▶

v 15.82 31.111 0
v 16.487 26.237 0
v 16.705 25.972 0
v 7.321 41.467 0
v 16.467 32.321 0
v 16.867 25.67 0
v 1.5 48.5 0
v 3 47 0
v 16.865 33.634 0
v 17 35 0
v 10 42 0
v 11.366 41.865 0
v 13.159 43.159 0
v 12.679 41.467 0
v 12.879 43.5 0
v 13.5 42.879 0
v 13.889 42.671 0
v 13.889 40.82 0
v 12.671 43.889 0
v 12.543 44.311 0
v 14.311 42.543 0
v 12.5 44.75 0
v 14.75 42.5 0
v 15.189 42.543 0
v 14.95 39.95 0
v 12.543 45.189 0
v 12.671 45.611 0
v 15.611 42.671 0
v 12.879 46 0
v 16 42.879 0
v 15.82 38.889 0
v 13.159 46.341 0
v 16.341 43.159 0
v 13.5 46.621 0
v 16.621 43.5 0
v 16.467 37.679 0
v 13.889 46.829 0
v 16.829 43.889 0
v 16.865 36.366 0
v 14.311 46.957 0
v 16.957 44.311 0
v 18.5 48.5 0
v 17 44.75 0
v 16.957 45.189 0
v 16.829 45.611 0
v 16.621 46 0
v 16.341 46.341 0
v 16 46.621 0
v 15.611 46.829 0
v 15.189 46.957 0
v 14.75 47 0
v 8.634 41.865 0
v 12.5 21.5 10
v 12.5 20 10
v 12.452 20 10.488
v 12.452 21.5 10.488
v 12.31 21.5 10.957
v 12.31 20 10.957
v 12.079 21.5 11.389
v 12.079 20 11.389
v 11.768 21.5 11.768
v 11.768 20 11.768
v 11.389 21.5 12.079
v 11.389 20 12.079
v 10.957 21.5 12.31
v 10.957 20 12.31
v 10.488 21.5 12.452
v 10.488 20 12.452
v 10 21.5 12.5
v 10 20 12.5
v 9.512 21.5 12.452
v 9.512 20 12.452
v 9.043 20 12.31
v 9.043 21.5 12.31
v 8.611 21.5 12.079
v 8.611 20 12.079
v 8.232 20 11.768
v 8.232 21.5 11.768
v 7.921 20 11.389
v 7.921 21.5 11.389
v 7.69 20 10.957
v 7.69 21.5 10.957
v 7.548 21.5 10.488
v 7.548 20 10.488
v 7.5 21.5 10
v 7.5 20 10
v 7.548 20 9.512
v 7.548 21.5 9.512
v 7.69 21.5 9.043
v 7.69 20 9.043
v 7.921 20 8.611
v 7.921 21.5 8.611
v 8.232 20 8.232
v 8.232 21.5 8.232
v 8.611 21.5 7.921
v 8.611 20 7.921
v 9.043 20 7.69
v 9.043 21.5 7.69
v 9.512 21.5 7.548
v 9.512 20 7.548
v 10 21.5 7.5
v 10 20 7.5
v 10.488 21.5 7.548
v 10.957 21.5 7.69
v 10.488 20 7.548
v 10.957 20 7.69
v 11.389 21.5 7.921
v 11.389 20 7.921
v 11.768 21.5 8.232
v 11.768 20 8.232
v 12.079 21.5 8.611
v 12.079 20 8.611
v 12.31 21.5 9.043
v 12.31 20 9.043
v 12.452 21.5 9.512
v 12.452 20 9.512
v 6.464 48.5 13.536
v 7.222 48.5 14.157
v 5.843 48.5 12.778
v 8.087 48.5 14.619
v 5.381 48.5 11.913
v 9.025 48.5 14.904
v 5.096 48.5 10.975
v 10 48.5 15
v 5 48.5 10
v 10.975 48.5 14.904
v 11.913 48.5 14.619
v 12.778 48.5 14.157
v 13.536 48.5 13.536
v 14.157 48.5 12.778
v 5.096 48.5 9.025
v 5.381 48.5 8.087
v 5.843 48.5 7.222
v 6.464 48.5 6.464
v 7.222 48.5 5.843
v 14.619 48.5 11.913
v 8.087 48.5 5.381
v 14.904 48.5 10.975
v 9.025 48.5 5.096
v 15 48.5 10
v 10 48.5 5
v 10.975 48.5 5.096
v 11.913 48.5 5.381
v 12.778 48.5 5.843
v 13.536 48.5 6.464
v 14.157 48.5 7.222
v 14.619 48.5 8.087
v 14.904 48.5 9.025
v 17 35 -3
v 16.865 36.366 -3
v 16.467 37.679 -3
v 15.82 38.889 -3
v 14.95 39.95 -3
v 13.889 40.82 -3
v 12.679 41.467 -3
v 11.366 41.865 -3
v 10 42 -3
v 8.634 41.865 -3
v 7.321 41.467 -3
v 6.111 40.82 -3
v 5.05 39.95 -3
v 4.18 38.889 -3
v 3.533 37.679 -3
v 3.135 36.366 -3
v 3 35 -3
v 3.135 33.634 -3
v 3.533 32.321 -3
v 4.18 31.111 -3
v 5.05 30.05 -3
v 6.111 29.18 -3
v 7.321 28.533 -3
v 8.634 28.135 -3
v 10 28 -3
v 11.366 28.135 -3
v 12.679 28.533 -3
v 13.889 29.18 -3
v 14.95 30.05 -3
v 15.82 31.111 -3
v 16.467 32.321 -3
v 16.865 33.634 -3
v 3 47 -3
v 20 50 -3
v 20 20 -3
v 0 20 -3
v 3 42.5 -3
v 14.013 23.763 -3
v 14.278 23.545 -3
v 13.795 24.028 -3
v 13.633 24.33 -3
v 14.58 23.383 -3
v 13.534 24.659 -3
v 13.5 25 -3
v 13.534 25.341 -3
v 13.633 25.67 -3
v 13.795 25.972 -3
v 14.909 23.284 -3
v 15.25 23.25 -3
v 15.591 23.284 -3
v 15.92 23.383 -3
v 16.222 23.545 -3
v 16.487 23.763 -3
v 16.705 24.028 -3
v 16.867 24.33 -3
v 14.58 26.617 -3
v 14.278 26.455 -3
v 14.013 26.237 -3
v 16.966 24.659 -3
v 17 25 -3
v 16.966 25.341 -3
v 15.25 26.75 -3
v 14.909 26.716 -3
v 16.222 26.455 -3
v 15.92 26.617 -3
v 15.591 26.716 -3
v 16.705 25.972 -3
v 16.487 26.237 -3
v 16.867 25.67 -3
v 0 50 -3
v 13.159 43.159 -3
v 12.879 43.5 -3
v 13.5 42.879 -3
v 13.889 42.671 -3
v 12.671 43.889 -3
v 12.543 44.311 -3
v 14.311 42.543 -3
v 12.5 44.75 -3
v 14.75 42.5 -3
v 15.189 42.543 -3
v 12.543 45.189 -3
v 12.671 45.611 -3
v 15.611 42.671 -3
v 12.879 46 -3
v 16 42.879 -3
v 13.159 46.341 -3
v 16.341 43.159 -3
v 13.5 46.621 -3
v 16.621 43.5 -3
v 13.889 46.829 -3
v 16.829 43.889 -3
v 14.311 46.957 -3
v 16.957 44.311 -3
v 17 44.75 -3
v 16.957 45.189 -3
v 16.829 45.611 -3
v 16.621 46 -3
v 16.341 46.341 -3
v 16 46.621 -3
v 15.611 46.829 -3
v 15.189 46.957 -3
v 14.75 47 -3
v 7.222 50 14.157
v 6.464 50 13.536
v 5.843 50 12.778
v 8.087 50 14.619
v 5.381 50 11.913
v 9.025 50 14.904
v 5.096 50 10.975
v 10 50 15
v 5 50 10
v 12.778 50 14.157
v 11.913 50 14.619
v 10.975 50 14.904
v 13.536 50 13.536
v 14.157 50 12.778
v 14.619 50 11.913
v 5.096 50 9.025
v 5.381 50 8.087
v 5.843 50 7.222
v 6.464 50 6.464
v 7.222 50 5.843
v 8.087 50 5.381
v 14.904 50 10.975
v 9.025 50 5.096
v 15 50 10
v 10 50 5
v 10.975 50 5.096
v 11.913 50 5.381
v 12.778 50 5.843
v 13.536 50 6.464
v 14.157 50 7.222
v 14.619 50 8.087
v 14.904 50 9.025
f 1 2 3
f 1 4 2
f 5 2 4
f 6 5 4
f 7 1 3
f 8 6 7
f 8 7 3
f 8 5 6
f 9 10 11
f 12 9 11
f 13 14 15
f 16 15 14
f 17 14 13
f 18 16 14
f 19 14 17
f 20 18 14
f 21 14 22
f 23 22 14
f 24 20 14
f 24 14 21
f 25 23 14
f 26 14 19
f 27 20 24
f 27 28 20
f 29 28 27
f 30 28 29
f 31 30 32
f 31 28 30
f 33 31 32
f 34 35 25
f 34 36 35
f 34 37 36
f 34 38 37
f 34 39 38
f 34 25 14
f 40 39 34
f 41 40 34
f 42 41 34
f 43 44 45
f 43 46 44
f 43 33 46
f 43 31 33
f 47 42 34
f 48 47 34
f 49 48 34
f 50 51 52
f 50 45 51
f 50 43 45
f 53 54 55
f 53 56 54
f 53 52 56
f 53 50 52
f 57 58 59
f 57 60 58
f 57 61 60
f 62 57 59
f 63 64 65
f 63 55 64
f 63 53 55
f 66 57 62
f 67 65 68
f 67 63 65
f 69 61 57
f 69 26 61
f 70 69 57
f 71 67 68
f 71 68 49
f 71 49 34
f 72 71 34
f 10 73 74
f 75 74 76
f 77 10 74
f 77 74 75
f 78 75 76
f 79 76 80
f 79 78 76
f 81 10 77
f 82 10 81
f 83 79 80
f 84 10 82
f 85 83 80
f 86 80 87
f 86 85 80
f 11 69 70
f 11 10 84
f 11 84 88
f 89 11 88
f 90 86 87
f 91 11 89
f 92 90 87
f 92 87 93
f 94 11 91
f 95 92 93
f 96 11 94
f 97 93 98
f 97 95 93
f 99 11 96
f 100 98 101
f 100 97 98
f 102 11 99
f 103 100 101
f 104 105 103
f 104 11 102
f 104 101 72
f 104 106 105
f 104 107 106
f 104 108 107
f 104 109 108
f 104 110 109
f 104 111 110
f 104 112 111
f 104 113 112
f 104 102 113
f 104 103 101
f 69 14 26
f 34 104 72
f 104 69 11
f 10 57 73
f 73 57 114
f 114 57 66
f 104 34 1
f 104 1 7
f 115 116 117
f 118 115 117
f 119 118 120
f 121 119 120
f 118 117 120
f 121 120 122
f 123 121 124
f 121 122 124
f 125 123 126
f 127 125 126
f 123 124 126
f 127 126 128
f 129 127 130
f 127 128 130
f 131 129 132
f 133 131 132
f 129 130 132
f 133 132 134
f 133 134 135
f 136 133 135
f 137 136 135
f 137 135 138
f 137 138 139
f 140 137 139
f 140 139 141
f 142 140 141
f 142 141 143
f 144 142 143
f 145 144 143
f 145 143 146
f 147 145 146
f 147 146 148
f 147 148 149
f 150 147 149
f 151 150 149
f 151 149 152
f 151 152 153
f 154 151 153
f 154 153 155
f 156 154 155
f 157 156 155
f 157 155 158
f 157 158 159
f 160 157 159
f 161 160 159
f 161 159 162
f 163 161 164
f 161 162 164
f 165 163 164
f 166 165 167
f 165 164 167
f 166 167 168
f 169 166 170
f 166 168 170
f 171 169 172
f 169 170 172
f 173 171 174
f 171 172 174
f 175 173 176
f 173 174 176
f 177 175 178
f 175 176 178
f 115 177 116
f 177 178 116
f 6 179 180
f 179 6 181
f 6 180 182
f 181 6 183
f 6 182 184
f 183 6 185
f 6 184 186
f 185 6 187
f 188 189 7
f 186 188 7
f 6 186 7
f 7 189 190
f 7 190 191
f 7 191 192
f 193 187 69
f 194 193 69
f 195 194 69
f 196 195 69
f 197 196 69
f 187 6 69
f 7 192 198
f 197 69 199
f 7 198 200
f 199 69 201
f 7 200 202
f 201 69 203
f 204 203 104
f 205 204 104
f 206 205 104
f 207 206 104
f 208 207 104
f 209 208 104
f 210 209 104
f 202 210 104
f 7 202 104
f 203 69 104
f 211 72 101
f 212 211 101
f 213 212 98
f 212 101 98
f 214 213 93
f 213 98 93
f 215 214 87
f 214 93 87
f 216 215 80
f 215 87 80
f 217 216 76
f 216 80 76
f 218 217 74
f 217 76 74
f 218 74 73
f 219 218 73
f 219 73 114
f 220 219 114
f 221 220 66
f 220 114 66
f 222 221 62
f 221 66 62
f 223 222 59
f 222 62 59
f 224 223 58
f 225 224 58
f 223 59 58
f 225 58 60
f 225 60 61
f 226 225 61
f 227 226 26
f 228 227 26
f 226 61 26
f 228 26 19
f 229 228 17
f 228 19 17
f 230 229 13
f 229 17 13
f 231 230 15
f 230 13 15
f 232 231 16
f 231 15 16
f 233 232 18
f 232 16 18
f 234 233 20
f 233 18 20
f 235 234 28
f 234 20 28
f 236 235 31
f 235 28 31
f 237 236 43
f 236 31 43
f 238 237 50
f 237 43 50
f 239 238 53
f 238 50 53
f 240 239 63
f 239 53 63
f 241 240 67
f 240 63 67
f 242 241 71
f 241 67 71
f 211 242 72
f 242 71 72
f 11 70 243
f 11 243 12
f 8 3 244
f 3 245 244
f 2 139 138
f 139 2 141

◀

Exercise instructions
Write the lines again exactly, from the first line of the material above to the line that includes "v 7.921 20 11.389", both included. Leave out all the rest.

Expected answer
v 15.82 31.111 0
v 16.487 26.237 0
v 16.705 25.972 0
v 7.321 41.467 0
v 16.467 32.321 0
v 16.867 25.67 0
v 1.5 48.5 0
v 3 47 0
v 16.865 33.634 0
v 17 35 0
v 10 42 0
v 11.366 41.865 0
v 13.159 43.159 0
v 12.679 41.467 0
v 12.879 43.5 0
v 13.5 42.879 0
v 13.889 42.671 0
v 13.889 40.82 0
v 12.671 43.889 0
v 12.543 44.311 0
v 14.311 42.543 0
v 12.5 44.75 0
v 14.75 42.5 0
v 15.189 42.543 0
v 14.95 39.95 0
v 12.543 45.189 0
v 12.671 45.611 0
v 15.611 42.671 0
v 12.879 46 0
v 16 42.879 0
v 15.82 38.889 0
v 13.159 46.341 0
v 16.341 43.159 0
v 13.5 46.621 0
v 16.621 43.5 0
v 16.467 37.679 0
v 13.889 46.829 0
v 16.829 43.889 0
v 16.865 36.366 0
v 14.311 46.957 0
v 16.957 44.311 0
v 18.5 48.5 0
v 17 44.75 0
v 16.957 45.189 0
v 16.829 45.611 0
v 16.621 46 0
v 16.341 46.341 0
v 16 46.621 0
v 15.611 46.829 0
v 15.189 46.957 0
v 14.75 47 0
v 8.634 41.865 0
v 12.5 21.5 10
v 12.5 20 10
v 12.452 20 10.488
v 12.452 21.5 10.488
v 12.31 21.5 10.957
v 12.31 20 10.957
v 12.079 21.5 11.389
v 12.079 20 11.389
v 11.768 21.5 11.768
v 11.768 20 11.768
v 11.389 21.5 12.079
v 11.389 20 12.079
v 10.957 21.5 12.31
v 10.957 20 12.31
v 10.488 21.5 12.452
v 10.488 20 12.452
v 10 21.5 12.5
v 10 20 12.5
v 9.512 21.5 12.452
v 9.512 20 12.452
v 9.043 20 12.31
v 9.043 21.5 12.31
v 8.611 21.5 12.079
v 8.611 20 12.079
v 8.232 20 11.768
v 8.232 21.5 11.768
v 7.921 20 11.389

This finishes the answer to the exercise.